Они стоят в коридоре. Хрупкая Даша и довольно грузная женщина средних лет в красном велюровом брючном костюме. Куртка на молнии. Молния не застёгнута, и я вижу полосатую нательную рубаху. Полоски голубые, горизонтальные, но не такие широкие, как у десантников, чуть поуже. И сама тётенька мне не очень нравится.
Любить. Должен ли водитель маршрутки любить своих пассажиров? Если жизнь это дорога, то кто по ней нас везёт? Сами мы едем, катимся на самокатиках, или всё-таки нас везут в колясках родители, а потом уже память о них, или «Скорая помощь» мчится с сиреной, или неумолимо движется от рождения до смерти ритуальная перевозка? И сами кто мы на этой дороге?
Я тут недавно в машине слышала передачу по радио. Ведущие интересовались у слушателей, кем те воображают себя в выдуманной жизни. Я поразилась – никто не воображал себя ни консьержами, ни официантами, ни дворниками. Всё сплошь кинорежиссёры, спасители человечества и президенты. А я и в том бы мире, и в этом была бы лекарем-муравьём.
Даша протягивает мне распечатанную историю болезни.
Бочкарёва Татьяна Егоровна. Дальше – год рождения. Я мысленно подсчитываю. Бочкарёвой сорок один год.

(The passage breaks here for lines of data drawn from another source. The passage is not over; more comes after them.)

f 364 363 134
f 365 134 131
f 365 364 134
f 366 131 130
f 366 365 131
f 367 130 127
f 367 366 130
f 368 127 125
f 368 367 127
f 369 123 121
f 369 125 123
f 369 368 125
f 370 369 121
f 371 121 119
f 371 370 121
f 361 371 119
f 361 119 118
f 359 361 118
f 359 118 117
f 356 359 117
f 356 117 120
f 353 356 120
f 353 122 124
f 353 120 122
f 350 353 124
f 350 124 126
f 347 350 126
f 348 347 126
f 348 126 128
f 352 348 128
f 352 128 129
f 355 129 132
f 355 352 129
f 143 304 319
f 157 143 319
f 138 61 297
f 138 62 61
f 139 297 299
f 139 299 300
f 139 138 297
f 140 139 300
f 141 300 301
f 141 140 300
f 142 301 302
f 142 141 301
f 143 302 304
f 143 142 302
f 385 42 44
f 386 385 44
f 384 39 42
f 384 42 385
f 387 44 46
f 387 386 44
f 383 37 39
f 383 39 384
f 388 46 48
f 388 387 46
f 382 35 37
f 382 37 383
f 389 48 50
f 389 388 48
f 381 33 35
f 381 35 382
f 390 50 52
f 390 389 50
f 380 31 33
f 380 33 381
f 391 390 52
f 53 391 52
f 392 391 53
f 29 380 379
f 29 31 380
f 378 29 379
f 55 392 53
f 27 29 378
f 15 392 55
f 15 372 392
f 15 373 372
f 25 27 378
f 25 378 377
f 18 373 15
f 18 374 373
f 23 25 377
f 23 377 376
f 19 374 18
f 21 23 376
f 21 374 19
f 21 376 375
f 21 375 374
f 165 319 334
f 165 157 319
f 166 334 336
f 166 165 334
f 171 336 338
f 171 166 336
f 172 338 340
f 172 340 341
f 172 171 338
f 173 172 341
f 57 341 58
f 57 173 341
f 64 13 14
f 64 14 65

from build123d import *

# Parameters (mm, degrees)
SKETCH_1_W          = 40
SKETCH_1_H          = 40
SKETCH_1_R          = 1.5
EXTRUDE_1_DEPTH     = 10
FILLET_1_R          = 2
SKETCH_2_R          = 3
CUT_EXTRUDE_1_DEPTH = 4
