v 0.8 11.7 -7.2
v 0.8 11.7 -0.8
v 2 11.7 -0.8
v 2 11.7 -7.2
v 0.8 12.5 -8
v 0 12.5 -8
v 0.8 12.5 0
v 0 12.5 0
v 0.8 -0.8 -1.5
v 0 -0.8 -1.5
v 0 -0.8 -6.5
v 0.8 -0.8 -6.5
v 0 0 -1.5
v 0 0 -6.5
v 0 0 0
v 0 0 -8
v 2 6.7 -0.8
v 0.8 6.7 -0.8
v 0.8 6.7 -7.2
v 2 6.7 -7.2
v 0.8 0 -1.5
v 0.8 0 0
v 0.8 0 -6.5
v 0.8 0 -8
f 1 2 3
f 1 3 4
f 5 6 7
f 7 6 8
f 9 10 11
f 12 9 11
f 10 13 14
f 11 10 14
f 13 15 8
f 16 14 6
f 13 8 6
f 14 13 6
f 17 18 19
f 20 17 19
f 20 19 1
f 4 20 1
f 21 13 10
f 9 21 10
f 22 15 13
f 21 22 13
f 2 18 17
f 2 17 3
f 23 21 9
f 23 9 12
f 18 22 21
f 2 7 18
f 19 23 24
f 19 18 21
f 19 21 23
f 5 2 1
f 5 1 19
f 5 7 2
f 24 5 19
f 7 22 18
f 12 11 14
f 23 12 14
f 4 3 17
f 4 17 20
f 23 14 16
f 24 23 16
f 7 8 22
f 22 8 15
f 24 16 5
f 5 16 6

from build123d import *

# Parameters (mm, degrees)
RESSALTO_EXTRUS_O1_DEPTH = 0.8
ESBO_O2_W                = 6.4
ESBO_O2_H                = 5
RESSALTO_EXTRUS_O2_DEPTH = 1.2


with BuildPart() as part:
    # Esboço1 → Ressalto-extrusão1 (new body)
    with BuildSketch(Plane(origin=(0, 0, 0), x_dir=(0, 0, -1), z_dir=(1, 0, 0))):
        Polygon((0, 0), (1.5, 0), (1.5, -0.8), (6.5, -0.8), (6.5, 0), (8, 0), (8, 12.5), (0, 12.5), align=None)
    extrude(amount=RESSALTO_EXTRUS_O1_DEPTH)

    # Esboço2 → Ressalto-extrusão2 (add)
    with BuildSketch(Plane(origin=(0.8, 0, 0), x_dir=(0, 0, -1), z_dir=(1, 0, 0))):
        with Locations((4, 9.2)):
            Rectangle(ESBO_O2_W, ESBO_O2_H)
    extrude(amount=RESSALTO_EXTRUS_O2_DEPTH)


solid = part.part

Я открываю дверь и пропускаю их вперёд.
Смотровая – самая большая комната в нашем отделении. Операционные внизу, на втором этаже, в оперблоке. Там же и реанимация. А мы сейчас на шестом. В смотровой таинственно и торжественно. Окна закрыты тёмными серыми шторами, чтобы контрастнее было местное освещение. Четыре небольших столика – по числу участников. Я, Дарья, Павел и Олег. Столы покрыты буроватыми от стерилизации простынями. На каждом столе высокая лампа без абажура. В стороне небольшой операционный стол для перевязок, в изголовье его – зачехлённый ушной микроскоп для микроопераций (уши оперирует Олег), над столом по центру круглая хирургическая лампа с окошками, из которых льётся свет, как в батискафе. По стенам два больших шкафа для инструментов, и зачем-то в углу, тоже накрытое простынёй, вертящееся кресло Барани, для проверки вестибулярного аппарата, как в центре подготовки космонавтов. Кресло пустое, но простыня намотана так, что кажется, будто под ней сидит маленький человек. Худенький, сухонький… Откуда такое впечатление – не знаю. Я несколько раз говорила, что надо убрать это кресло, оно только пыль собирает, но никто не реагировал. Со всем этим хозяйством смотровая напоминает либо странный помещичий дом из фантастического триллера, законсервированный на время отъезда жильцов, либо межгалактическую станцию, тоже покинутую на неопределённое время.